Could you post your whole main.cf and master.cf?

// SteveB

----------

## kashani

What Steve said, but use ponstconf -n. We don't need to see nine pages of commented out crap.

kashani

----------

## steveb

 *kashani wrote:*   

> What Steve said, but use ponstconf -n. We don't need to see nine pages of commented out crap.

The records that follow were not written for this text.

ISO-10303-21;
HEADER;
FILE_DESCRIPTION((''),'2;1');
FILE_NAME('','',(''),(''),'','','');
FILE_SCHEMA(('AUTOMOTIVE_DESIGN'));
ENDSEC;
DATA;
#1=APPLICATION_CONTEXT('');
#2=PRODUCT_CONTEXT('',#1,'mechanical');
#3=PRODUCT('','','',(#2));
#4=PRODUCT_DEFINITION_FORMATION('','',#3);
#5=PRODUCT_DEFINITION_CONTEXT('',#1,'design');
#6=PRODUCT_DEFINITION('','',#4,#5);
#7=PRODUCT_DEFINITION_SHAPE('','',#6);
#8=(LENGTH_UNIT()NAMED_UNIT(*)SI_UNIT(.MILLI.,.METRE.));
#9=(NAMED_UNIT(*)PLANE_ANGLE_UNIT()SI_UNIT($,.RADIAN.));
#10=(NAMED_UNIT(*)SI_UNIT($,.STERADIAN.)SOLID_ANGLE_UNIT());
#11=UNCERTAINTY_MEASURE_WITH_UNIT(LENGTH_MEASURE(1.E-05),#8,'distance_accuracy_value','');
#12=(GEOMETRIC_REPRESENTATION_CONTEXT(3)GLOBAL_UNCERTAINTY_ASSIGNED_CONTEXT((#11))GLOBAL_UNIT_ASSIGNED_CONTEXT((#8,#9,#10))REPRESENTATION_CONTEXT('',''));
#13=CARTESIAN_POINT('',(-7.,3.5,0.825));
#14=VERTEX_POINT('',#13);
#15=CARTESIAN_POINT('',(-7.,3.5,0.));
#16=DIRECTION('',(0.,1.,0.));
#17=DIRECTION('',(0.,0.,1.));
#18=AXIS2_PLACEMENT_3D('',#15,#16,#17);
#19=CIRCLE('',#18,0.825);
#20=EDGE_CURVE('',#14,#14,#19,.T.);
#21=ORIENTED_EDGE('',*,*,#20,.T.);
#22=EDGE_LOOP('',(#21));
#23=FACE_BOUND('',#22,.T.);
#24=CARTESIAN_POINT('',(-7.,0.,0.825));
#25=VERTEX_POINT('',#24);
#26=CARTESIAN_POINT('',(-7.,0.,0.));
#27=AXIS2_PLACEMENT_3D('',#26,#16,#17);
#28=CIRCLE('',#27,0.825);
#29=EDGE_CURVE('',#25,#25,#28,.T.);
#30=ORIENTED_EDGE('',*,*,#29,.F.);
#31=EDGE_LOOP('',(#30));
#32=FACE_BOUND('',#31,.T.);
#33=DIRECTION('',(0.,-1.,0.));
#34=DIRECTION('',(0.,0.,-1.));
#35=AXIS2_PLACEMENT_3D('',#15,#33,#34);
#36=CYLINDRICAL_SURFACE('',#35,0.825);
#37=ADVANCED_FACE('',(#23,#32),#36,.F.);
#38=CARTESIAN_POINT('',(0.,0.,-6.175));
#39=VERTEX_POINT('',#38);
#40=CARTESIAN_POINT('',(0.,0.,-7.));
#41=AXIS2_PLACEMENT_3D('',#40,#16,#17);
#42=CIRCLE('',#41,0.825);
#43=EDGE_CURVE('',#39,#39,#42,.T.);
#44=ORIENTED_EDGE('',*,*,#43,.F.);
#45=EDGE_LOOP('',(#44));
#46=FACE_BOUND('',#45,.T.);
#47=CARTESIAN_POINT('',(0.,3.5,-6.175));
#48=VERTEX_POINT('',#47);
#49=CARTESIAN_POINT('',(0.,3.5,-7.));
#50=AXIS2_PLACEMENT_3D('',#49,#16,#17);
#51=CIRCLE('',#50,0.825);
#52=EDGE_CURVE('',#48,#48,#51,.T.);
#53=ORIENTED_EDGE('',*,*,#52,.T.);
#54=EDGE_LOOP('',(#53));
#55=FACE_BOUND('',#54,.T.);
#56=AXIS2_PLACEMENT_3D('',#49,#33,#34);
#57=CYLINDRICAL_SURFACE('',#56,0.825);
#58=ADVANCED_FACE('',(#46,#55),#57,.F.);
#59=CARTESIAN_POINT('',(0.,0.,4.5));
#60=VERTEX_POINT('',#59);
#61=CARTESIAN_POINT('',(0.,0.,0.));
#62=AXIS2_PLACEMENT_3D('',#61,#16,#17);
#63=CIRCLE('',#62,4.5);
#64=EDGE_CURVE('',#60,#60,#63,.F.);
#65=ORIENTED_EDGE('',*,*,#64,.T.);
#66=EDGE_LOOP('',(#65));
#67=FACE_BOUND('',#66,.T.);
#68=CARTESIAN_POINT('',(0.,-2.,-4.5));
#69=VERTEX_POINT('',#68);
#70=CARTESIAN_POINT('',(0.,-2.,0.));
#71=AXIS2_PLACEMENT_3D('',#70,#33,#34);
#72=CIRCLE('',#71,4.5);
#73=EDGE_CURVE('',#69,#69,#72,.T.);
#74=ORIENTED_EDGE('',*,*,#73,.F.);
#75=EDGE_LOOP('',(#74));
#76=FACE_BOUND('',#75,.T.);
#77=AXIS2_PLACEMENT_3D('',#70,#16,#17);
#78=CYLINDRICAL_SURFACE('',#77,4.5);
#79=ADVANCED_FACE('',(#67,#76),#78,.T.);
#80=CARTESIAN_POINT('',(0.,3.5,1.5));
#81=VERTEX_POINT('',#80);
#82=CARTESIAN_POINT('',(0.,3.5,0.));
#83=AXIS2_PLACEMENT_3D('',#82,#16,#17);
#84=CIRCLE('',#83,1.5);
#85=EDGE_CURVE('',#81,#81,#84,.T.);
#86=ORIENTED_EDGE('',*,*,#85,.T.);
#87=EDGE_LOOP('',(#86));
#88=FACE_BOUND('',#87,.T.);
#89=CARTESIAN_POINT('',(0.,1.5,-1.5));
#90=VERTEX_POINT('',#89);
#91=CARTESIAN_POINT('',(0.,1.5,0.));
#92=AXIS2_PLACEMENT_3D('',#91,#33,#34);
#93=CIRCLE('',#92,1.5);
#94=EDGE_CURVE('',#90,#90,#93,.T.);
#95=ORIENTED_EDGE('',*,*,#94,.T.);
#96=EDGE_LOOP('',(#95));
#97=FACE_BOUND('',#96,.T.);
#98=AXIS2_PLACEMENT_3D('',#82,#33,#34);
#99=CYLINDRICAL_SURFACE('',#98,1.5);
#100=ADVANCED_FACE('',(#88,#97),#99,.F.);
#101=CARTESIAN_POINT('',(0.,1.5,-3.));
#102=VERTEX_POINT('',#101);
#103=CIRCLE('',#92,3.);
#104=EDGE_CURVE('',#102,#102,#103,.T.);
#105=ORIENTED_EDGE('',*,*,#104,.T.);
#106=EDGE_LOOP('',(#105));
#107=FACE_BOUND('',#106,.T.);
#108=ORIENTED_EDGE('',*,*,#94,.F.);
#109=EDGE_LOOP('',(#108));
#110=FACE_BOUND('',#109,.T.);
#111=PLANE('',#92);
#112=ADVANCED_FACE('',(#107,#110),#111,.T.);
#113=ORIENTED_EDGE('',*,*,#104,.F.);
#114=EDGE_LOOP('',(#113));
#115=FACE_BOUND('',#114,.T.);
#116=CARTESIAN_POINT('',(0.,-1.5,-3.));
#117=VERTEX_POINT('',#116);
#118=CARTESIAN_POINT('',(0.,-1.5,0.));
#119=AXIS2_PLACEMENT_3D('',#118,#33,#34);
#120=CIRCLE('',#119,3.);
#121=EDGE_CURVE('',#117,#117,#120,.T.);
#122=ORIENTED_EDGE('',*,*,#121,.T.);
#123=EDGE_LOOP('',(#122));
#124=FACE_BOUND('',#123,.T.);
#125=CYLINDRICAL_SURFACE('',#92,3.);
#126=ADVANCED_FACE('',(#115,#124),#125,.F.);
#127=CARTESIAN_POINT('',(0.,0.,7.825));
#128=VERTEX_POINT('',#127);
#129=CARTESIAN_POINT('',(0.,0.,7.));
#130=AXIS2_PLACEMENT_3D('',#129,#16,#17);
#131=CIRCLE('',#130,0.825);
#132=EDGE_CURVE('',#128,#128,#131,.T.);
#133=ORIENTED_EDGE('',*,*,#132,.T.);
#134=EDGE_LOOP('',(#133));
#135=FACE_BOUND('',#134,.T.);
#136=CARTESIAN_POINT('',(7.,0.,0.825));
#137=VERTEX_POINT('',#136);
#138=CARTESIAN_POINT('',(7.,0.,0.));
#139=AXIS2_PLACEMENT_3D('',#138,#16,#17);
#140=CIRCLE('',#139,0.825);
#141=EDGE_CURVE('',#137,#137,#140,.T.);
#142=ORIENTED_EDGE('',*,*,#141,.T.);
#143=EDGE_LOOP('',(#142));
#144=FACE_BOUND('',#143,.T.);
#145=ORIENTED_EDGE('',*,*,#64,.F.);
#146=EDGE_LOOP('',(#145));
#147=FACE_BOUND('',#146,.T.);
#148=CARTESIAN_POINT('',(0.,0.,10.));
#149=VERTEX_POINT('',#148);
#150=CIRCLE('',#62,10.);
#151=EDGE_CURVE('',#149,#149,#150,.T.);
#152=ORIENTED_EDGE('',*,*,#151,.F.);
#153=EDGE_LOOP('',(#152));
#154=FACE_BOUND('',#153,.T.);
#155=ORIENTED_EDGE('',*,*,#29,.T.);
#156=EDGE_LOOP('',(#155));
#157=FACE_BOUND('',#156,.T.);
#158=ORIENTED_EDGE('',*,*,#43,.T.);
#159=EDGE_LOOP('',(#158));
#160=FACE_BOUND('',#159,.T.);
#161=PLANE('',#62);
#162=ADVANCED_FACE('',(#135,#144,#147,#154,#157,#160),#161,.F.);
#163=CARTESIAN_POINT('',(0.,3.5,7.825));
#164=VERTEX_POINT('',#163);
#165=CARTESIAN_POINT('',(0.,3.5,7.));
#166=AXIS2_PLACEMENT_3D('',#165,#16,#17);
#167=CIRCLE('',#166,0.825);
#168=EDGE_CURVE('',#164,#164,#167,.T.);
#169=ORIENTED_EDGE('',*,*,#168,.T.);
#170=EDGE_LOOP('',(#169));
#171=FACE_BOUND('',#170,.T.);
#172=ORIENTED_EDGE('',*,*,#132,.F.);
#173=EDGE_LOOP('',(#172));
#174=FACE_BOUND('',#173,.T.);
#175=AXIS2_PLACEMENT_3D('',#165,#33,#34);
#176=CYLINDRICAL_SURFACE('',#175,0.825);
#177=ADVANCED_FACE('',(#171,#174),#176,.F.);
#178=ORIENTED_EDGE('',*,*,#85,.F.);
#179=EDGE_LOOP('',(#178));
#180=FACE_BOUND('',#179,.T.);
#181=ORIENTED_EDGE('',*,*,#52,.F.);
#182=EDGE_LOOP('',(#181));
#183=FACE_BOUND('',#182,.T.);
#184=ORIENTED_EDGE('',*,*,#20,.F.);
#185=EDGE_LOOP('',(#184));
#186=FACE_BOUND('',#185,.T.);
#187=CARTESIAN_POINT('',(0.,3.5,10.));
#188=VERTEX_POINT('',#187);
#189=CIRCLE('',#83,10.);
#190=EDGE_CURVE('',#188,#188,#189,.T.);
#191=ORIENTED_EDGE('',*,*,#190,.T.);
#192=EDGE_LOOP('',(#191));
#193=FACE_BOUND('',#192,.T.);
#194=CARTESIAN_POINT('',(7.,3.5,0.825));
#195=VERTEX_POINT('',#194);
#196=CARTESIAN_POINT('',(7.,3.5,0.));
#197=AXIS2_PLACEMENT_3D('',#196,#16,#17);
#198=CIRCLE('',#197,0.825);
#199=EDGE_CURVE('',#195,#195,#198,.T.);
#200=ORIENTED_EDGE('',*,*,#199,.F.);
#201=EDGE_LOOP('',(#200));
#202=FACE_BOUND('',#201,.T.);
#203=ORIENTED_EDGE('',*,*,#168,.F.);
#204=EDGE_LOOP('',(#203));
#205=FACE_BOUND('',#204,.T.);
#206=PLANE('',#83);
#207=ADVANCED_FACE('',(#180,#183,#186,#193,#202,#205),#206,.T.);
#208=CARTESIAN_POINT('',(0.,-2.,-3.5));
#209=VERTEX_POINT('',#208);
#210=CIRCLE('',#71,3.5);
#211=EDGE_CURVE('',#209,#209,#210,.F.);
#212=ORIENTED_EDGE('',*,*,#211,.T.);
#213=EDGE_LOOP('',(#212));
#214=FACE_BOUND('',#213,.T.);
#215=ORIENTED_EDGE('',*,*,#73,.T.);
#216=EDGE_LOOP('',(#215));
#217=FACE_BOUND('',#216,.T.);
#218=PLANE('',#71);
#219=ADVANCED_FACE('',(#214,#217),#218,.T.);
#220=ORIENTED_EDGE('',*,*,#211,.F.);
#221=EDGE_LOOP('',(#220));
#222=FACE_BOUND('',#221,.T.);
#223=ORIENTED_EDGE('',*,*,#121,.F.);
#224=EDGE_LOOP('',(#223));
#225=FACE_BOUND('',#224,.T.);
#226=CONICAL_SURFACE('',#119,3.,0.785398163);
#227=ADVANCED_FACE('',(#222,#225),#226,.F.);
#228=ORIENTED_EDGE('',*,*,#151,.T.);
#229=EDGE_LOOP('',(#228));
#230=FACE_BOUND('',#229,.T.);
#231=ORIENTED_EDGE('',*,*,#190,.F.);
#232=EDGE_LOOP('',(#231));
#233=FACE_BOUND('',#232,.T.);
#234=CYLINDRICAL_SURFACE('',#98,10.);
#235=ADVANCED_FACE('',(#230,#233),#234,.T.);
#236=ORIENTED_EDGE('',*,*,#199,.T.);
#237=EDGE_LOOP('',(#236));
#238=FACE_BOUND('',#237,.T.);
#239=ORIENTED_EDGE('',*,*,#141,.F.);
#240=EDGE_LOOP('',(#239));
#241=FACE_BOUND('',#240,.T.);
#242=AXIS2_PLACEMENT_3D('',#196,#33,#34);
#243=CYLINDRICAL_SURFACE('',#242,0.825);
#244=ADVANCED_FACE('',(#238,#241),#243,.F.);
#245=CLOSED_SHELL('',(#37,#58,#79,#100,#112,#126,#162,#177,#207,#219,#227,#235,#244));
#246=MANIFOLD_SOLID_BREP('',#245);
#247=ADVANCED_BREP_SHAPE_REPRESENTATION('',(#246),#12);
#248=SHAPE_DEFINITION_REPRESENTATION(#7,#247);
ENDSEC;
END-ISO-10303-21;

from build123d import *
from build123d.topology import SkipClean

# Parameters (mm, degrees)
SKETCH1_R           = 10
SKETCH1_R_2         = 1.5
SKETCH1_R_3         = 0.825
BOSS_EXTRUDE1_DEPTH = 3.5
BOSS_EXTRUDE2_START = 2
SKETCH2_R           = 4.5
SKETCH2_R_2         = 1.5
BOSS_EXTRUDE2_DEPTH = 2
SKETCH3_R           = 3
CUT_EXTRUDE1_DEPTH  = 3.5
CHAMFER1_SIZE       = 0.5


with BuildPart() as part:
    # Sketch1 → Boss-Extrude1 (new body)
    with BuildSketch(Plane(origin=(0, 0, 0), x_dir=(1, 0, 0), z_dir=(0, 1, 0))):
        with Locations(Location((0, 0, 0), (0, 0, 270))):
            Circle(SKETCH1_R)
        with Locations(Location((0, 0, 0), (0, 0, 270))):
            Circle(SKETCH1_R_2, mode=Mode.SUBTRACT)
        with Locations(Location((0, 7, 0), (0, 0, 270))):
            Circle(SKETCH1_R_3, mode=Mode.SUBTRACT)
        with Locations(Location((7, 0, 0), (0, 0, 270))):
            Circle(SKETCH1_R_3, mode=Mode.SUBTRACT)
        with Locations(Location((0, -7, 0), (0, 0, 270))):
            Circle(SKETCH1_R_3, mode=Mode.SUBTRACT)
        with Locations(Location((-7, 0, 0), (0, 0, 270))):
            Circle(SKETCH1_R_3, mode=Mode.SUBTRACT)
    extrude(amount=BOSS_EXTRUDE1_DEPTH)

    # Sketch2 → Boss-Extrude2 (add)
    with SkipClean():  # the faces are left unmerged after this step: merging them gives an invalid solid
        with BuildSketch(Plane.XZ.offset(BOSS_EXTRUDE2_START)):
            with Locations(Location((0, 0, 0), (0, 0, 90))):
                Circle(SKETCH2_R)
            with Locations(Location((0, 0, 0), (0, 0, 270))):
                Circle(SKETCH2_R_2, mode=Mode.SUBTRACT)
        extrude(amount=-BOSS_EXTRUDE2_DEPTH)

    # Sketch3 → Cut-Extrude1 (cut)
    with BuildSketch(Plane.XZ.offset(2)):
        with Locations(Location((0, 0, 0), (0, 0, 270))):
            Circle(SKETCH3_R)
    extrude(amount=-CUT_EXTRUDE1_DEPTH, mode=Mode.SUBTRACT)

    # Chamfer1
    chamfer1_edges = [part.edges().sort_by_distance(p)[0] for p in [
        (0, -2, 3),
    ]]
    chamfer(chamfer1_edges, length=CHAMFER1_SIZE)


solid = part.part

 Thanks kashani. You are right. postconf -n should be enough. The config part CobraNMU has posted is okay. And I suspect a client restriction or another restriction messing up things. So we need more configuration from Postfix and not just some small extract.

// SteveB

----------

## CobraNMU

biff = no

broken_sasl_auth_clients = yes

command_directory = /usr/sbin

config_directory = /etc/postfix

content_filter = smtp-amavis:[127.0.0.1]:10024

daemon_directory = /usr/lib64/postfix

debug_peer_level = 1

default_destination_concurrency_limit = 20

empty_address_recipient = MAILER-DAEMON

home_mailbox = .maildir/

html_directory = /usr/share/doc/postfix-2.4.6-r2/html

inet_interfaces = all

local_destination_concurrency_limit = 2

mail_owner = postfix

mailq_path = /usr/bin/mailq

manpage_directory = /usr/share/man

maximal_queue_lifetime = 1d

message_size_limit = 32200000

mydomain = wsol.com

mynetworks = cidr:/etc/postfix/network_table

newaliases_path = /usr/bin/newaliases

queue_directory = /var/spool/postfix

queue_minfree = 120000000

readme_directory = /usr/share/doc/postfix-2.4.6-r2/readme

relay_domains = $transport_maps

sample_directory = /etc/postfix

sendmail_path = /usr/sbin/sendmail

setgid_group = postdrop

smtpd_recipient_restrictions = permit_mynetworks,       check_client_access hash:/etc/postfix/client_access,    check_sender_access hash:/etc/postfix/sender_access,       permit_sasl_authenticated,      reject_non_fqdn_hostname,       reject_non_fqdn_sender, reject_non_fqdn_recipient,         reject_unauth_destination,      reject_unauth_pipelining,       reject_invalid_hostname,        reject_rbl_client opm.blitzed.org, reject_rbl_client list.dsbl.org,        reject_rbl_client bl.spamcop.net,       reject_rbl_client sbl-xbl.spamhaus.org

smtpd_sasl_auth_enable = yes

smtpd_sasl_authenticated_header = yes

smtpd_sasl_local_domain = $myhostname

smtpd_sasl_security_options = noanonymous

transport_maps = hash:/etc/postfix/transport

unknown_local_recipient_reject_code = 550

virtual_alias_maps = mysql:/etc/postfix/mysql_virtual_alias_maps.cf

virtual_gid_maps = static:1001

virtual_mailbox_base = /mnt/fs1

virtual_mailbox_domains = mysql:/etc/postfix/mysql_virtual_domains_maps.cf

virtual_mailbox_limit = 51200000

virtual_mailbox_limit_maps = mysql:/etc/postfix/mysql_virtual_mailbox_limit_maps.cf

virtual_mailbox_limit_override = yes

virtual_mailbox_maps = mysql:/etc/postfix/mysql_virtual_mailbox_maps.cf

virtual_maildir_limit_message = Sorry, the user's maildir has overdrawn his diskspace quota, please try again later.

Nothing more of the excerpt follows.